> ASSIGNED TASK:
Word for word, return the lines from the start of the entries below through the line that has "v 85.457 0 53.927".

● ● ● ●

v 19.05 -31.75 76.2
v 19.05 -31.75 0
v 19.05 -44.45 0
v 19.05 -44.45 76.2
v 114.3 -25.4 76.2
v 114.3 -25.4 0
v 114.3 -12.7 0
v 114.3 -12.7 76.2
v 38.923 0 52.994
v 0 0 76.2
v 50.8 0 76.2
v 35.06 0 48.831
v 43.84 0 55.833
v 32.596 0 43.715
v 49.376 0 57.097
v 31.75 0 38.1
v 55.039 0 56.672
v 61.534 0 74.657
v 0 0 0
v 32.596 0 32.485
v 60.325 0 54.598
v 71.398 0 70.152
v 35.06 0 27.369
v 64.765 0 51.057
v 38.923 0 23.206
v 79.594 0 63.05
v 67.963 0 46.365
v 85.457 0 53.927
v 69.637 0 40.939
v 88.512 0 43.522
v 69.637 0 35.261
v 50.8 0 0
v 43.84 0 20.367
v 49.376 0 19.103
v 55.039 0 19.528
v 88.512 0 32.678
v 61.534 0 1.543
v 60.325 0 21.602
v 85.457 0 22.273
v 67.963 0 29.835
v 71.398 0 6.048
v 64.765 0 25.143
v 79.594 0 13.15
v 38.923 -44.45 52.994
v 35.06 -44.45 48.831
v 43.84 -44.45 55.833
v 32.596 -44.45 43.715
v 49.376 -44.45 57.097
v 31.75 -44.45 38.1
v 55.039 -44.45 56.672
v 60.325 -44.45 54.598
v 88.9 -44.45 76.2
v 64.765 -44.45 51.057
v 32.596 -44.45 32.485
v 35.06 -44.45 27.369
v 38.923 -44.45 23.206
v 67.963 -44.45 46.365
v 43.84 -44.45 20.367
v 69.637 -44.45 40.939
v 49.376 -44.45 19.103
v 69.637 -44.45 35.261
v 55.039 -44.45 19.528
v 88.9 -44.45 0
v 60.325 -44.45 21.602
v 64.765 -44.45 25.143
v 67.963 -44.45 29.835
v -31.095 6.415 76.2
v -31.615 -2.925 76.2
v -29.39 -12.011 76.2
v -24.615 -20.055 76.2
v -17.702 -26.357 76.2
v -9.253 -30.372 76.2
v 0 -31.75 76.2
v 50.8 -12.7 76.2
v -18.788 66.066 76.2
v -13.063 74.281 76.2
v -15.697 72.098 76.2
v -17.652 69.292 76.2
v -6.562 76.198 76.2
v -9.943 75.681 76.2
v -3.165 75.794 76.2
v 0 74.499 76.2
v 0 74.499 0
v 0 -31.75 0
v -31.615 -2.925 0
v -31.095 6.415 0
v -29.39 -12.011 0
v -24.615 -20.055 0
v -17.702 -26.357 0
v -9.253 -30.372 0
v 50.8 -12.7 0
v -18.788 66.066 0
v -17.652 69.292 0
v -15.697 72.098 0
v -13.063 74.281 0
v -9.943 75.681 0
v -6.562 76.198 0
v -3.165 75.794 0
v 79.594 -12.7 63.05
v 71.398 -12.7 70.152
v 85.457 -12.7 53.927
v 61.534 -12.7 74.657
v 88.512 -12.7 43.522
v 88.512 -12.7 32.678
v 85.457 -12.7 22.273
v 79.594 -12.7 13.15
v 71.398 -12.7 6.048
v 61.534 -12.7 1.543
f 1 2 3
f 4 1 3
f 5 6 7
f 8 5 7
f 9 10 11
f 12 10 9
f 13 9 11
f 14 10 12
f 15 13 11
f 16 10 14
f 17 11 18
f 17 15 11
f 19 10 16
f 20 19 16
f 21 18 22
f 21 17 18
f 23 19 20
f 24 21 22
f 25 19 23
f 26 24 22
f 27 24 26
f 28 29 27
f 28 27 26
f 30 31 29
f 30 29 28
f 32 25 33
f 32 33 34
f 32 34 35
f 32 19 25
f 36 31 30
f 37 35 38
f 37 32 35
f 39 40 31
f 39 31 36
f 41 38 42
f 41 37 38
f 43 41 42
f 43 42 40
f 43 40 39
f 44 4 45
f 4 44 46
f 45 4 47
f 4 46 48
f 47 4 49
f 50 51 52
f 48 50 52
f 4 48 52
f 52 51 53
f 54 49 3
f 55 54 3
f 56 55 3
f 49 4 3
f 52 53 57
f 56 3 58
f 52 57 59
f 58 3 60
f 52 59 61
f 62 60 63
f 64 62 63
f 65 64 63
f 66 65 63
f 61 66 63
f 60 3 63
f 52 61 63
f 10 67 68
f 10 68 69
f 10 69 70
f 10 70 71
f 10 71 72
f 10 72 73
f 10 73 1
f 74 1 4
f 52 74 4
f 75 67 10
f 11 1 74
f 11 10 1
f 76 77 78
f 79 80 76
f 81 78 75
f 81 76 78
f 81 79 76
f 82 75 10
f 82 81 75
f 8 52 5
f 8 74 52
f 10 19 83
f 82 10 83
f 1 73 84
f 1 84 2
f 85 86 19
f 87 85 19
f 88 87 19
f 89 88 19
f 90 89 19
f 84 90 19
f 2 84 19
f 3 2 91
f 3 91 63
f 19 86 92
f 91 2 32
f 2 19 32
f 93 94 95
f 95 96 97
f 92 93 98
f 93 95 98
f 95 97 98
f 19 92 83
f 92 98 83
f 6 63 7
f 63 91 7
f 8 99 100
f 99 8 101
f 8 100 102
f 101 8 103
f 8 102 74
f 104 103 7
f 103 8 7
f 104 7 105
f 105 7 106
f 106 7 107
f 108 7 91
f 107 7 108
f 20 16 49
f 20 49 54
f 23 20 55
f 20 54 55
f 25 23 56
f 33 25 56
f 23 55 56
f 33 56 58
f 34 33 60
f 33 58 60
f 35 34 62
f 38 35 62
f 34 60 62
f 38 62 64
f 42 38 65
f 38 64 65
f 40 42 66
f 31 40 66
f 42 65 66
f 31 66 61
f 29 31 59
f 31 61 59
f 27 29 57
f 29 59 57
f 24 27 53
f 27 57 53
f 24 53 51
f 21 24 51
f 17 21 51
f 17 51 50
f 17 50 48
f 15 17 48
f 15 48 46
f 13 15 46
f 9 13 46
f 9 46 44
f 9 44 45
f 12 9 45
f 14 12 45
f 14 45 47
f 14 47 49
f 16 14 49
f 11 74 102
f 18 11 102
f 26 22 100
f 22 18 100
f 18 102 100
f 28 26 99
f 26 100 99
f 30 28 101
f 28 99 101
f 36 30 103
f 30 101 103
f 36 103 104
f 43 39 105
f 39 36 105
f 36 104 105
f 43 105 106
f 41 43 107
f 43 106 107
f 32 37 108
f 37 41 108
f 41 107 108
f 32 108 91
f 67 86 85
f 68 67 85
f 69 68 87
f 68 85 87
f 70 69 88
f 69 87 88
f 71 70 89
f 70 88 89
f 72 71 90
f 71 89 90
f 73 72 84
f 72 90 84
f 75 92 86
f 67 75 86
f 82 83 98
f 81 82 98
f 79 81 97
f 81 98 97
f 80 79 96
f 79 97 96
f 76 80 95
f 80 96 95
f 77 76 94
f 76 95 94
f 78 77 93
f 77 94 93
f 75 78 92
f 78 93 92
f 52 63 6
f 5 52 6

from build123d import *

# Parameters (mm, degrees)
BOSS_EXTRUDE1_DEPTH        = 76.2
SKETCH2_R                  = 38.1
BOSS_EXTRUDE2_DEPTH        = 12.7
F_3_4_1_5_DIAMETER_HOLE1_D = 38.1


with BuildPart() as part:
    # Sketch1 → Boss-Extrude1 (new body)
    with BuildSketch(Plane.XY):
        with BuildLine():
            ThreePointArc((0, 74.498522628), (-11.550198291, 75.086541233), (-18.788031752, 66.066196825))
            Line((-18.788031752, 66.066196825), (-31.095079379, 6.415492062))
            ThreePointArc((-31.095079379, 6.415492062), (-24.614572645, -20.054558422), (0, -31.75))
            Line((0, -31.75), (19.05, -31.75))
            Line((19.05, -31.75), (19.05, -44.45))
            Line((19.05, -44.45), (88.9, -44.45))
            Line((88.9, -44.45), (114.3, -25.4))
            Line((114.3, -25.4), (114.3, -12.7))
            Line((114.3, -12.7), (50.8, -12.7))
            Line((50.8, -12.7), (50.8, 0))
            Line((50.8, 0), (0, 0))
            Line((0, 0), (0, 74.498522628))
        make_face()
    extrude(amount=BOSS_EXTRUDE1_DEPTH)

    # Sketch2 → Boss-Extrude2 (add)
    with BuildSketch(Plane(origin=(0, -12.7, 0), x_dir=(1, 0, 0), z_dir=(0, 1, 0))):
        with Locations((50.8, -38.1)):
            Circle(SKETCH2_R)
    extrude(amount=BOSS_EXTRUDE2_DEPTH)

    # 3/4 (1.5) Diameter Hole1 (through all)
    with Locations(Plane(origin=(0, 0, 0), x_dir=(1, 0, 0), z_dir=(0, 1, 0))):
        with Locations((50.8, -38.1)):
            Hole(F_3_4_1_5_DIAMETER_HOLE1_D / 2)


solid = part.part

● ● ● ●

> RESULT OF THE EXERCISE:
v 19.05 -31.75 76.2
v 19.05 -31.75 0
v 19.05 -44.45 0
v 19.05 -44.45 76.2
v 114.3 -25.4 76.2
v 114.3 -25.4 0
v 114.3 -12.7 0
v 114.3 -12.7 76.2
v 38.923 0 52.994
v 0 0 76.2
v 50.8 0 76.2
v 35.06 0 48.831
v 43.84 0 55.833
v 32.596 0 43.715
v 49.376 0 57.097
v 31.75 0 38.1
v 55.039 0 56.672
v 61.534 0 74.657
v 0 0 0
v 32.596 0 32.485
v 60.325 0 54.598
v 71.398 0 70.152
v 35.06 0 27.369
v 64.765 0 51.057
v 38.923 0 23.206
v 79.594 0 63.05
v 67.963 0 46.365
v 85.457 0 53.927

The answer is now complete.